# Introduction failed. Is it too late to save this relationship?



## zoologist (Aug 17, 2010)

Let me tell you about my cats and then my story. Hopefully I won't be too long winded. I am going to be very HONEST, even though I realize now I probably did not go about the introductions in the right way. PLEASE do not bash me for the way I did it, rather try to help me to see if we can have a household without scared cats and fighting.

Gizmo(Boyfriend's cat)- 13 year old, hates dogs, hated cats until Yuki was brought into the home as a kitten. Now she is very laid back and nothing phases her. If the other cats fight she will get in the middle and attack the attacker so the victim can get away.

Yuki(boyfriend's cat)- introduced to Gizmo as a kitten, they've been living in harmony 2 years now. Very playful, very curious cat. Likes to start stuff.

Kiwi (my cat)- about 2 years old. I rescued her from a shelter little over a year ago.
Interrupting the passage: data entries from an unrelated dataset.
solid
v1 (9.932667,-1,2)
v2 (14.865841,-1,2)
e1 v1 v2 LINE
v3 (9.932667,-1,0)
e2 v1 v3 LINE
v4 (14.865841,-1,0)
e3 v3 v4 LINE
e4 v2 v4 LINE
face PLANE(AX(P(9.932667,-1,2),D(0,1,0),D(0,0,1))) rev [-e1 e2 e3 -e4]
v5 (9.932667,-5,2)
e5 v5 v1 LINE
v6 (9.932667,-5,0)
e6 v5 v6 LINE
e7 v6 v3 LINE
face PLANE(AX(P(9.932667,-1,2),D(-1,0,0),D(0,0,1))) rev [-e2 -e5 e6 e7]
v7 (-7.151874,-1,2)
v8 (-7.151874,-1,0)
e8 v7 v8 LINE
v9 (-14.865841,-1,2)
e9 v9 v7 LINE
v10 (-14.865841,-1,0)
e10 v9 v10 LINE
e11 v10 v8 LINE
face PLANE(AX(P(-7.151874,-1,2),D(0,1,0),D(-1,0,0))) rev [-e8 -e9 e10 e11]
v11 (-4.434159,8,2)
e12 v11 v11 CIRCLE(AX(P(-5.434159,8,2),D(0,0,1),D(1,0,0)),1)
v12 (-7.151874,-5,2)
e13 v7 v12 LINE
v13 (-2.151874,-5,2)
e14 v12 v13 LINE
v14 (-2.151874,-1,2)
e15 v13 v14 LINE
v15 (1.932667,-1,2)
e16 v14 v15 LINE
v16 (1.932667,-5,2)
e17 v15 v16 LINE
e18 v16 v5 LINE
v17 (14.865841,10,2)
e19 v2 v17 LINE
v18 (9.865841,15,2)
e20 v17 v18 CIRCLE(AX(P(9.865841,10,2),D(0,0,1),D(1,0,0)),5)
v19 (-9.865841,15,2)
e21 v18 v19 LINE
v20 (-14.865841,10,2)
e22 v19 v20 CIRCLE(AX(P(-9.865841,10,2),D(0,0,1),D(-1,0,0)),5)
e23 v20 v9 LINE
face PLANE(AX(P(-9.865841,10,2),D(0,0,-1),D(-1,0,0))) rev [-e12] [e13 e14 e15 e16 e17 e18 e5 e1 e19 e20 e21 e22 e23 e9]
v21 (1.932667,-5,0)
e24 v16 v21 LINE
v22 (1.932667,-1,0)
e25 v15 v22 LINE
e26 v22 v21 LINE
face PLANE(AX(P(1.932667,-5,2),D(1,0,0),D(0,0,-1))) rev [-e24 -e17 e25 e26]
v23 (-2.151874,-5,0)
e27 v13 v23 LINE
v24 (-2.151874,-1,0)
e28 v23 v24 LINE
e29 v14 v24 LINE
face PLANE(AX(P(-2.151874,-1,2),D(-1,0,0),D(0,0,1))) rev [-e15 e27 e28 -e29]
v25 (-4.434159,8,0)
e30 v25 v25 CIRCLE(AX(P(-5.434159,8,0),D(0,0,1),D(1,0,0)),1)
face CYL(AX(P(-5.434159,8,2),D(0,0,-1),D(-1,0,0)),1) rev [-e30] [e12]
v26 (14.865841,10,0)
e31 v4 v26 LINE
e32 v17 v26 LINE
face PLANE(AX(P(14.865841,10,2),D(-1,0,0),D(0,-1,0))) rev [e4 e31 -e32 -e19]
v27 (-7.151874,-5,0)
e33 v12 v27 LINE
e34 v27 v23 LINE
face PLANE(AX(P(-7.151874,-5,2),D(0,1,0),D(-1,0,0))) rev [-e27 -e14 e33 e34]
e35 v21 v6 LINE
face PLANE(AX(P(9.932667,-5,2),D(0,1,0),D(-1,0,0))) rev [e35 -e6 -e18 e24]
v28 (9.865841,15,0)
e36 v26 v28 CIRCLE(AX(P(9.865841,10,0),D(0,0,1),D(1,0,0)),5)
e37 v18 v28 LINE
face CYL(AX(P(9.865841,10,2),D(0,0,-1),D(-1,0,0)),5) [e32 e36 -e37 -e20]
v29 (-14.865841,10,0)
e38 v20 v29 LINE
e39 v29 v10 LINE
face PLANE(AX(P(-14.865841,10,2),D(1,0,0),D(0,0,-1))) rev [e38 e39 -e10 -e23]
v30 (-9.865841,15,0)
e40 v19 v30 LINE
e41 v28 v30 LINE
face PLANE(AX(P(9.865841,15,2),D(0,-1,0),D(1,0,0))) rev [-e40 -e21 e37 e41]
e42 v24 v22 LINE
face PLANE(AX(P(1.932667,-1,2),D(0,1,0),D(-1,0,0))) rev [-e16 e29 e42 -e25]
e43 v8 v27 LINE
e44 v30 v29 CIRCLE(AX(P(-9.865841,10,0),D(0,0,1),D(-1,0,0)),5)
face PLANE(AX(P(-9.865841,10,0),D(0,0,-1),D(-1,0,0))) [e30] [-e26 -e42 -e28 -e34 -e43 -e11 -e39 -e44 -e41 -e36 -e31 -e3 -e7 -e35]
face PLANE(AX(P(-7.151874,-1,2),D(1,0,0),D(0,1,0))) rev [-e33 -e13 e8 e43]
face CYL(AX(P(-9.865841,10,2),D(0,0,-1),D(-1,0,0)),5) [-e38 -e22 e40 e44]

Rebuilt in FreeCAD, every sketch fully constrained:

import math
import FreeCAD as App
import Part
import Sketcher
Q = App.Units.Quantity

doc = App.newDocument("Part")
body = doc.addObject("PartDesign::Body", "Body")

# Sketch on XY plane
sketch1 = body.newObject("Sketcher::SketchObject", "Sketch")
sketch1.AttachmentSupport = (doc.getObject("XY_Plane"), [""])
sketch1.MapMode = "FlatFace"
sketch1.addGeometry(Part.LineSegment(App.Vector(9.932667, -1, 0), App.Vector(14.865841, -1, 0)), False)
sketch1.addGeometry(Part.LineSegment(App.Vector(14.865841, -1, 0), App.Vector(14.865841, 10, 0)), False)
sketch1.addGeometry(Part.ArcOfCircle(Part.Circle(App.Vector(9.865841, 10, 0), App.Vector(0, 0, 1), 5), math.radians(0), math.radians(90)), False)
sketch1.addGeometry(Part.LineSegment(App.Vector(9.865841, 15, 0), App.Vector(-9.865841, 15, 0)), False)
sketch1.addGeometry(Part.ArcOfCircle(Part.Circle(App.Vector(-9.865841, 10, 0), App.Vector(0, 0, 1), 5), math.radians(90), math.radians(180)), False)
sketch1.addGeometry(Part.LineSegment(App.Vector(-14.865841, 10, 0), App.Vector(-14.865841, -1, 0)), False)
sketch1.addGeometry(Part.LineSegment(App.Vector(-14.865841, -1, 0), App.Vector(-7.151874, -1, 0)), False)
sketch1.addGeometry(Part.LineSegment(App.Vector(-7.151874, -1, 0), App.Vector(-7.151874, -5, 0)), False)
sketch1.addGeometry(Part.LineSegment(App.Vector(-7.151874, -5, 0), App.Vector(-2.151874, -5, 0)), False)
sketch1.addGeometry(Part.LineSegment(App.Vector(-2.151874, -5, 0), App.Vector(-2.151874, -1, 0)), False)
sketch1.addGeometry(Part.LineSegment(App.Vector(-2.151874, -1, 0), App.Vector(1.932667, -1, 0)), False)
sketch1.addGeometry(Part.LineSegment(App.Vector(1.932667, -1, 0), App.Vector(1.932667, -5, 0)), False)
sketch1.addGeometry(Part.LineSegment(App.Vector(1.932667, -5, 0), App.Vector(9.932667, -5, 0)), False)
sketch1.addGeometry(Part.LineSegment(App.Vector(9.932667, -5, 0), App.Vector(9.932667, -1, 0)), False)
sketch1.addGeometry(Part.Circle(App.Vector(-5.434159, 8, 0), App.Vector(0, 0, 1), 1), False)
sketch1.addConstraint(Sketcher.Constraint("Coincident", 0, 2, 1, 1))
sketch1.addConstraint(Sketcher.Constraint("Tangent", 1, 2, 2, 1))
sketch1.addConstraint(Sketcher.Constraint("Tangent", 2, 2, 3, 1))
sketch1.addConstraint(Sketcher.Constraint("Tangent", 3, 2, 4, 1))
sketch1.addConstraint(Sketcher.Constraint("Tangent", 4, 2, 5, 1))
sketch1.addConstraint(Sketcher.Constraint("Coincident", 5, 2, 6, 1))
sketch1.addConstraint(Sketcher.Constraint("Coincident", 6, 2, 7, 1))
sketch1.addConstraint(Sketcher.Constraint("Coincident", 7, 2, 8, 1))
sketch1.addConstraint(Sketcher.Constraint("Coincident", 8, 2, 9, 1))
sketch1.addConstraint(Sketcher.Constraint("Coincident", 9, 2, 10, 1))
sketch1.addConstraint(Sketcher.Constraint("Coincident", 10, 2, 11, 1))
sketch1.addConstraint(Sketcher.Constraint("Coincident", 11, 2, 12, 1))
sketch1.addConstraint(Sketcher.Constraint("Coincident", 12, 2, 13, 1))
sketch1.addConstraint(Sketcher.Constraint("Coincident", 13, 2, 0, 1))
sketch1.addConstraint(Sketcher.Constraint("Horizontal", 0))
sketch1.addConstraint(Sketcher.Constraint("Vertical", 1))
sketch1.addConstraint(Sketcher.Constraint("Horizontal", 3))
sketch1.addConstraint(Sketcher.Constraint("Vertical", 5))
sketch1.addConstraint(Sketcher.Constraint("Horizontal", 6))
sketch1.addConstraint(Sketcher.Constraint("Vertical", 7))
sketch1.addConstraint(Sketcher.Constraint("Horizontal", 8))
sketch1.addConstraint(Sketcher.Constraint("Vertical", 9))
sketch1.addConstraint(Sketcher.Constraint("Horizontal", 10))
sketch1.addConstraint(Sketcher.Constraint("Vertical", 11))
sketch1.addConstraint(Sketcher.Constraint("Horizontal", 12))
sketch1.addConstraint(Sketcher.Constraint("Vertical", 13))
sketch1.addConstraint(Sketcher.Constraint("Equal", 2, 4))
sketch1.addConstraint(Sketcher.Constraint("Symmetric", 0, 2, 5, 2, -2))
sketch1.addConstraint(Sketcher.Constraint("Horizontal", 6, 2, 9, 2))
sketch1.addConstraint(Sketcher.Constraint("Horizontal", 8, 2, 11, 2))
sketch1.addConstraint(Sketcher.Constraint("Diameter", 14, Q("2 mm")))
sketch1.addConstraint(Sketcher.Constraint("Radius", 2, Q("5 mm")))
sketch1.addConstraint(Sketcher.Constraint("DistanceX", 8, 1, 8, 2, Q("5 mm")))
sketch1.addConstraint(Sketcher.Constraint("DistanceX", 12, 1, 12, 2, Q("8 mm")))
sketch1.addConstraint(Sketcher.Constraint("DistanceY", 1, 1, 1, 2, Q("11 mm")))
sketch1.addConstraint(Sketcher.Constraint("DistanceY", 7, 2, 7, 1, Q("4 mm")))
sketch1.addConstraint(Sketcher.Constraint("DistanceY", -1, 1, 2, 3, Q("10 mm")))
sketch1.addConstraint(Sketcher.Constraint("DistanceY", -1, 1, 14, 3, Q("8 mm")))
sketch1.addConstraint(Sketcher.Constraint("DistanceX", 14, 3, 2, 3, Q("15.3 mm")))
sketch1.addConstraint(Sketcher.Constraint("DistanceX", 10, 1, 10, 2, Q("4.084541 mm")))
sketch1.addConstraint(Sketcher.Constraint("DistanceX", 0, 1, 0, 2, Q("4.933174 mm")))
sketch1.addConstraint(Sketcher.Constraint("DistanceX", 3, 2, 3, 1, Q("19.731682 mm")))
pad1 = body.newObject("PartDesign::Pad", "Pad")
pad1.Profile = sketch1
pad1.Length = 2

doc.recompute()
Lone cat until I moved in with my BF almost 2 months ago. Vocal, playful with herself, skittish of anything new.


I moved into my boyfriend's apartment 2 months ago. We knew Gizmo would not be a problem and she wasn't. She sniffed Kiwi while Kiwi was hissing and went on her merry way. Yuki and Kiwi did not get along so well. We sat on the bed holding them and facing each other so they could see each other and smell one another. lots of hissing, lots of growling and low meowing. We did not let them touch one another. Kiwi spent the night in the bathroom/bedroom. yuki and gizmo had the run of the house.
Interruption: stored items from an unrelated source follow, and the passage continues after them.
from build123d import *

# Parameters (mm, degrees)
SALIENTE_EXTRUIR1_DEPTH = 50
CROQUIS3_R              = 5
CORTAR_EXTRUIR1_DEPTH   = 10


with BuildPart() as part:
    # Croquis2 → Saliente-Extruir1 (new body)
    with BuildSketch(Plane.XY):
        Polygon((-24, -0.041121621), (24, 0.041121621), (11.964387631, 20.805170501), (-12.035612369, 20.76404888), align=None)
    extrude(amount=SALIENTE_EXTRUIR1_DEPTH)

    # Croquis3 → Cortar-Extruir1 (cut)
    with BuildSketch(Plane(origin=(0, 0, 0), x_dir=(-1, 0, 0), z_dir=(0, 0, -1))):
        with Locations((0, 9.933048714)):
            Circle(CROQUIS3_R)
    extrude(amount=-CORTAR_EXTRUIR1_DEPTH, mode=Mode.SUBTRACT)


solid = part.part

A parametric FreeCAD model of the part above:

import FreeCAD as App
import Part
import Sketcher
from FreeCAD import Vector
Q = App.Units.Quantity


def add_polygon(sketch, points):
    """Adds a closed chain of lines whose ends are joined by coincident constraints."""
    first, n = sketch.GeometryCount, len(points)
    for a, b in zip(points, points[1:] + points[:1]):
        sketch.addGeometry(Part.LineSegment(App.Vector(*a, 0), App.Vector(*b, 0)), False)
    for i in range(n):
        sketch.addConstraint(Sketcher.Constraint("Coincident", first + i, 2, first + (i + 1) % n, 1))

doc = App.newDocument("Part")
body = doc.addObject("PartDesign::Body", "Body")

# Sketch on XY plane
sketch1 = body.newObject("Sketcher::SketchObject", "Sketch")
sketch1.AttachmentSupport = (doc.getObject("XY_Plane"), [""])
sketch1.MapMode = "FlatFace"
add_polygon(sketch1, [(-24, -0.041122), (24, 0.041122), (11.964388, 20.805171), (-12.035612, 20.764049)])  # lines 0-3
sketch1.addConstraint([
    Sketcher.Constraint("Symmetric", 0, 2, 3, 2, -1, 1),
    Sketcher.Constraint("Parallel", 0, 2),
    Sketcher.Constraint("Equal", 1, 2),
    Sketcher.Constraint("Equal", 2, 3),
    Sketcher.Constraint("DistanceX", -1, 1, 0, 2, Q("24 mm")),
    Sketcher.Constraint("DistanceX", 2, 2, 1, 2, Q("24 mm")),
    Sketcher.Constraint("DistanceY", -1, 1, 0, 2, Q("0.041122 mm")),
])
pad1 = body.newObject("PartDesign::Pad", "Pad")
pad1.Profile = sketch1
pad1.Length = 50

# Sketch on XY plane
sketch2 = body.newObject("Sketcher::SketchObject", "Sketch001")
sketch2.AttachmentSupport = (doc.getObject("XY_Plane"), [""])
sketch2.MapMode = "FlatFace"
sketch2.addGeometry(Part.Circle(Vector(0, 9.933049, 0), Vector(0, 0, 1), 5), False)
sketch2.addConstraint([
    Sketcher.Constraint("PointOnObject", 0, 3, -2),
    Sketcher.Constraint("Diameter", 0, Q("10 mm")),
    Sketcher.Constraint("DistanceY", -1, 1, 0, 3, Q("9.933049 mm")),
])
pocket1 = body.newObject("PartDesign::Pocket", "Pocket")
pocket1.Profile = sketch2
pocket1.Length = 10
pocket1.Reversed = True

doc.recompute()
did this for about a week. My boyfriend was tired of them growling all the time and decided to put them all together. Yuki and Kiwi were ok with touching... until they realized they were touching each other. the largest cat fight ever ensued, Gizmo got in the middle (attacking Yuki) and Kiwi ran and hid. 

Then we kept them separated for a couple more days. Then we opened up the bedroom doors and allowed every one to go every where. Kiwi chose to stay in the bedroom unless we physically put her on the couch with us. All was good, very few cat tussles, every one seemed to ignore each other. If Kiwi got scared (yuki likes to stalk and watch) she would hit behind the TV or under the turtle tank. At night Kiwi would stay under the bedside table or sleep by my head while Yuki slept by the foot of the bed. 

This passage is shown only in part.